For the records below, print the lines from the line with "FreeCAD Python script" through the line with "circle A0 centre" exactly as written; include both end lines and exclude the rest.

☆ ☆ ☆ ☆

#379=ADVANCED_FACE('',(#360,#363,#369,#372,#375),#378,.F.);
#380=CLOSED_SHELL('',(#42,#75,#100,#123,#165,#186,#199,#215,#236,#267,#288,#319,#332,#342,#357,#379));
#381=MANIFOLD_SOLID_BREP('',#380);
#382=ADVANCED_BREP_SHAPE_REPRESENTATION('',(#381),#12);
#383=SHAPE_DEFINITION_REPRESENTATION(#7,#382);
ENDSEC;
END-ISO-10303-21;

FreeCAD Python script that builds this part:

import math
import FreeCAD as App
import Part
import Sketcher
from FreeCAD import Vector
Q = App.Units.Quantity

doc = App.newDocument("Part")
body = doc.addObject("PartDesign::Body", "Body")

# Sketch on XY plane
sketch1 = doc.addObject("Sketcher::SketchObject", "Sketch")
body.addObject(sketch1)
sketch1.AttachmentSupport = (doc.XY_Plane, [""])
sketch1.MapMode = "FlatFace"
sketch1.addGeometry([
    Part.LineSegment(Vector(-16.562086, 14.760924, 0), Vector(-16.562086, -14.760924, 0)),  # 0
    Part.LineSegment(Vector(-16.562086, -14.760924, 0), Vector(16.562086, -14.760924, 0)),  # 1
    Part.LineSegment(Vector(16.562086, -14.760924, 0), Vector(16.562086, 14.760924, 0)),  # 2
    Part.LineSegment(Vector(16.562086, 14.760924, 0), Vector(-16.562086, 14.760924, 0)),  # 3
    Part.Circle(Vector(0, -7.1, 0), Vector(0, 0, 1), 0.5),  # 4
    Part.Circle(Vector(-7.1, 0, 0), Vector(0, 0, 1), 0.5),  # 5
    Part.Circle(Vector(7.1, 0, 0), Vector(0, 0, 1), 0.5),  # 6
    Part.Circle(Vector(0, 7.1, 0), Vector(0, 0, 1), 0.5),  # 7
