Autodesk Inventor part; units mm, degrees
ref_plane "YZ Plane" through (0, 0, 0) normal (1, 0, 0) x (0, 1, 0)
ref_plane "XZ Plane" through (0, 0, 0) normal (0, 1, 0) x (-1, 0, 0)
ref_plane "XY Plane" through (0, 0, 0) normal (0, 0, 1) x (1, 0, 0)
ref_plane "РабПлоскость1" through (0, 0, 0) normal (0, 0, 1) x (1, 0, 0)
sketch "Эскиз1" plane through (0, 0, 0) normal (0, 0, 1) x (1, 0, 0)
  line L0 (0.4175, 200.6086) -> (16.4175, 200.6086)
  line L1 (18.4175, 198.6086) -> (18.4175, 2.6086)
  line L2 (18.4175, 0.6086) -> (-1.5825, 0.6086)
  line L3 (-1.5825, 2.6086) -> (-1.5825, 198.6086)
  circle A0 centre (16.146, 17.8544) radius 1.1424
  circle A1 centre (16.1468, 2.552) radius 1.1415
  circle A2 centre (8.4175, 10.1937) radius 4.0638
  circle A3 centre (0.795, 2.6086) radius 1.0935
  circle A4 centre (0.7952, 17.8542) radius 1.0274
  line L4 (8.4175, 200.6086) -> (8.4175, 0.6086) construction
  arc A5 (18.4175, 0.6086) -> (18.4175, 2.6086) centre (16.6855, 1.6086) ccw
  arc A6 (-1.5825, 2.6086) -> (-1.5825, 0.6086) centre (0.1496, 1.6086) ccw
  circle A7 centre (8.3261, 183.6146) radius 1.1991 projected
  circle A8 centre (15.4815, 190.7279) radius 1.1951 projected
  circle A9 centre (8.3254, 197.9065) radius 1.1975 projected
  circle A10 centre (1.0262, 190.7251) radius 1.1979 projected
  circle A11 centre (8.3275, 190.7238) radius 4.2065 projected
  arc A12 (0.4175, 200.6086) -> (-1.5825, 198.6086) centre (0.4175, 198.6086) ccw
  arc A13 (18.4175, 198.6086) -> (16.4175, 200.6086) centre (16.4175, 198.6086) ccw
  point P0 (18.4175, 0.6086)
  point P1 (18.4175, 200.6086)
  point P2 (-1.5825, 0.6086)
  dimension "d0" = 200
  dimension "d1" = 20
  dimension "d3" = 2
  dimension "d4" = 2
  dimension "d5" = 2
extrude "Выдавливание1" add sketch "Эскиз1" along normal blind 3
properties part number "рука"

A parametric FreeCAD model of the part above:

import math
import FreeCAD as App
import Part
import Sketcher
from FreeCAD import Vector
Q = App.Units.Quantity

doc = App.newDocument("Part")
body = doc.addObject("PartDesign::Body", "Body")

# Sketch on XY plane
sketch1 = body.newObject("Sketcher::SketchObject", "Sketch")
sketch1.AttachmentSupport = (doc.getObject("XY_Plane"), [""])
sketch1.MapMode = "FlatFace"
sketch1.addGeometry(Part.LineSegment(Vector(16.4, 200.6, 0), Vector(0.4, 200.6, 0)), False)
sketch1.addGeometry(Part.ArcOfCircle(Part.Circle(Vector(0.4, 198.6, 0), Vector(0, 0, 1), 2), math.radians(90), math.radians(180)), False)
sketch1.addGeometry(Part.LineSegment(Vector(-1.6, 198.6, 0), Vector(-1.6, 2.6, 0)), False)
sketch1.addGeometry(Part.ArcOfCircle(Part.Circle(Vector(0.1, 1.6, 0), Vector(0, 0, 1), 2), math.radians(150), math.radians(210)), False)
sketch1.addGeometry(Part.LineSegment(Vector(-1.6, 0.6, 0), Vector(18.4, 0.6, 0)), False)
sketch1.addGeometry(Part.ArcOfCircle(Part.Circle(Vector(16.7, 1.6, 0), Vector(0, 0, 1), 2), math.radians(-30), math.radians(30)), False)
sketch1.addGeometry(Part.LineSegment(Vector(18.4, 2.6, 0), Vector(18.4, 198.6, 0)), False)
sketch1.addGeometry(Part.ArcOfCircle(Part.Circle(Vector(16.4, 198.6, 0), Vector(0, 0, 1), 2), math.radians(0), math.radians(90)), False)
sketch1.addGeometry(Part.Circle(Vector(0.8, 2.6, 0), Vector(0, 0, 1), 1.1), False)
sketch1.addGeometry(Part.Circle(Vector(0.8, 17.9, 0), Vector(0, 0, 1), 1), False)
sketch1.addGeometry(Part.Circle(Vector(8.4, 10.2, 0), Vector(0, 0, 1), 4.1), False)
sketch1.addGeometry(Part.Circle(Vector(16.1, 2.6, 0), Vector(0, 0, 1), 1.1), False)
sketch1.addGeometry(Part.Circle(Vector(16.1, 17.9, 0), Vector(0, 0, 1), 1.1), False)
sketch1.addGeometry(Part.Circle(Vector(1, 190.7, 0), Vector(0, 0, 1), 1.2), False)
sketch1.addGeometry(Part.Circle(Vector(8.3, 183.6, 0), Vector(0, 0, 1), 1.2), False)
sketch1.addGeometry(Part.Circle(Vector(8.3, 190.7, 0), Vector(0, 0, 1), 4.2), False)
sketch1.addGeometry(Part.Circle(Vector(8.3, 197.9, 0), Vector(0, 0, 1), 1.2), False)
sketch1.addGeometry(Part.Circle(Vector(15.5, 190.7, 0), Vector(0, 0, 1), 1.2), False)
sketch1.addConstraint(Sketcher.Constraint("Tangent", 0, 2, 1, 1))
sketch1.addConstraint(Sketcher.Constraint("Tangent", 1, 2, 2, 1))
sketch1.addConstraint(Sketcher.Constraint("Coincident", 2, 2, 3, 1))
sketch1.addConstraint(Sketcher.Constraint("Coincident", 3, 2, 4, 1))
sketch1.addConstraint(Sketcher.Constraint("Coincident", 4, 2, 5, 1))
sketch1.addConstraint(Sketcher.Constraint("Coincident", 5, 2, 6, 1))
sketch1.addConstraint(Sketcher.Constraint("Tangent", 6, 2, 7, 1))
sketch1.addConstraint(Sketcher.Constraint("Tangent", 7, 2, 0, 1))
sketch1.addConstraint(Sketcher.Constraint("Horizontal", 0))
sketch1.addConstraint(Sketcher.Constraint("Vertical", 2))
sketch1.addConstraint(Sketcher.Constraint("Horizontal", 4))
sketch1.addConstraint(Sketcher.Constraint("Vertical", 6))
sketch1.addConstraint(Sketcher.Constraint("Equal", 1, 3))
sketch1.addConstraint(Sketcher.Constraint("Equal", 3, 5))
sketch1.addConstraint(Sketcher.Constraint("Equal", 5, 7))
sketch1.addConstraint(Sketcher.Constraint("Horizontal", 3, 3, 5, 3))
sketch1.addConstraint(Sketcher.Constraint("Horizontal", 9, 3, 12, 3))
sketch1.addConstraint(Sketcher.Constraint("Horizontal", 8, 3, 2, 2))
sketch1.addConstraint(Sketcher.Constraint("Horizontal", 2, 2, 5, 2))
sketch1.addConstraint(Sketcher.Constraint("Vertical", 8, 3, 9, 3))
sketch1.addConstraint(Sketcher.Constraint("Vertical", 2, 2, 3, 2))
sketch1.addConstraint(Sketcher.Constraint("Radius", 1, Q("2 mm")))
sketch1.addConstraint(Sketcher.Constraint("DistanceX", 4, 1, 4, 2, Q("20 mm")))
sketch1.addConstraint(Sketcher.Constraint("DistanceY", 3, 2, 2, 2, Q("2 mm")))
sketch1.addConstraint(Sketcher.Constraint("DistanceY", 2, 2, 2, 1, Q("196 mm")))
sketch1.addConstraint(Sketcher.Constraint("Diameter", 8, Q("2.187 mm")))
sketch1.addConstraint(Sketcher.Constraint("Diameter", 11, Q("2.283 mm")))
sketch1.addConstraint(Sketcher.Constraint("Diameter", 15, Q("8.413 mm")))
sketch1.addConstraint(Sketcher.Constraint("Diameter", 16, Q("2.395 mm")))
sketch1.addConstraint(Sketcher.Constraint("DistanceX", 1, 3, 10, 3, Q("8 mm")))
sketch1.addConstraint(Sketcher.Constraint("Diameter", 9, Q("2.0548 mm")))
sketch1.addConstraint(Sketcher.Constraint("Diameter", 10, Q("8.1276 mm")))
sketch1.addConstraint(Sketcher.Constraint("Diameter", 12, Q("2.2848 mm")))
sketch1.addConstraint(Sketcher.Constraint("Diameter", 13, Q("2.3958 mm")))
sketch1.addConstraint(Sketcher.Constraint("Diameter", 14, Q("2.3982 mm")))
sketch1.addConstraint(Sketcher.Constraint("Diameter", 17, Q("2.3902 mm")))
sketch1.addConstraint(Sketcher.Constraint("DistanceX", 13, 3, 14, 3, Q("7.3 mm")))
sketch1.addConstraint(Sketcher.Constraint("DistanceX", 14, 3, 12, 3, Q("7.82 mm")))
sketch1.addConstraint(Sketcher.Constraint("DistanceX", 1, 3, 15, 3, Q("7.91 mm")))
sketch1.addConstraint(Sketcher.Constraint("DistanceX", -1, 1, 8, 3, Q("0.795 mm")))
sketch1.addConstraint(Sketcher.Constraint("DistanceY", -1, 1, 11, 3, Q("2.552 mm")))
sketch1.addConstraint(Sketcher.Constraint("DistanceX", -1, 1, 12, 3, Q("16.146 mm")))
sketch1.addConstraint(Sketcher.Constraint("DistanceY", -1, 1, 13, 3, Q("190.725 mm")))
sketch1.addConstraint(Sketcher.Constraint("DistanceY", -1, 1, 17, 3, Q("190.728 mm")))
sketch1.addConstraint(Sketcher.Constraint("DistanceY", 8, 3, 10, 3, Q("7.585 mm")))
sketch1.addConstraint(Sketcher.Constraint("DistanceY", 9, 3, 13, 3, Q("172.871 mm")))
sketch1.addConstraint(Sketcher.Constraint("DistanceY", 14, 3, 1, 3, Q("14.994 mm")))
sketch1.addConstraint(Sketcher.Constraint("DistanceX", 16, 3, 15, 3, Q("0.002 mm")))
sketch1.addConstraint(Sketcher.Constraint("DistanceY", 16, 3, 1, 3, Q("0.702 mm")))
sketch1.addConstraint(Sketcher.Constraint("DistanceX", 15, 3, 17, 3, Q("7.154 mm")))
sketch1.addConstraint(Sketcher.Constraint("DistanceY", 15, 3, 17, 3, Q("0.004 mm")))
sketch1.addConstraint(Sketcher.Constraint("DistanceX", -1, 1, 1, 3, Q("0.4175 mm")))
sketch1.addConstraint(Sketcher.Constraint("DistanceY", -1, 1, 1, 3, Q("198.6086 mm")))
sketch1.addConstraint(Sketcher.Constraint("DistanceX", -1, 1, 11, 3, Q("16.1468 mm")))
pad1 = body.newObject("PartDesign::Pad", "Pad")
pad1.Profile = sketch1
pad1.Length = 3

doc.recompute()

☆ ☆ ☆ ☆

Exercise output
FreeCAD Python script that builds this part:

import math
import FreeCAD as App
import Part
import Sketcher
from FreeCAD import Vector
Q = App.Units.Quantity

doc = App.newDocument("Part")
body = doc.addObject("PartDesign::Body", "Body")

# Sketch on XY plane
sketch1 = doc.addObject("Sketcher::SketchObject", "Sketch")
body.addObject(sketch1)
sketch1.AttachmentSupport = (doc.XY_Plane, [""])
sketch1.MapMode = "FlatFace"
sketch1.addGeometry([
    Part.LineSegment(Vector(-16.562086, 14.760924, 0), Vector(-16.562086, -14.760924, 0)),  # 0
    Part.LineSegment(Vector(-16.562086, -14.760924, 0), Vector(16.562086, -14.760924, 0)),  # 1
    Part.LineSegment(Vector(16.562086, -14.760924, 0), Vector(16.562086, 14.760924, 0)),  # 2
    Part.LineSegment(Vector(16.562086, 14.760924, 0), Vector(-16.562086, 14.760924, 0)),  # 3
    Part.Circle(Vector(0, -7.1, 0), Vector(0, 0, 1), 0.5),  # 4
    Part.Circle(Vector(-7.1, 0, 0), Vector(0, 0, 1), 0.5),  # 5
    Part.Circle(Vector(7.1, 0, 0), Vector(0, 0, 1), 0.5),  # 6
    Part.Circle(Vector(0, 7.1, 0), Vector(0, 0, 1), 0.5),  # 7
Autodesk Inventor part; units mm, degrees
ref_plane "YZ Plane" through (0, 0, 0) normal (1, 0, 0) x (0, 1, 0)
ref_plane "XZ Plane" through (0, 0, 0) normal (0, 1, 0) x (-1, 0, 0)
ref_plane "XY Plane" through (0, 0, 0) normal (0, 0, 1) x (1, 0, 0)
ref_plane "РабПлоскость1" through (0, 0, 0) normal (0, 0, 1) x (1, 0, 0)
sketch "Эскиз1" plane through (0, 0, 0) normal (0, 0, 1) x (1, 0, 0)
  line L0 (0.4175, 200.6086) -> (16.4175, 200.6086)
  line L1 (18.4175, 198.6086) -> (18.4175, 2.6086)
  line L2 (18.4175, 0.6086) -> (-1.5825, 0.6086)
  line L3 (-1.5825, 2.6086) -> (-1.5825, 198.6086)
  circle A0 centre (16.146, 17.8544) radius 1.1424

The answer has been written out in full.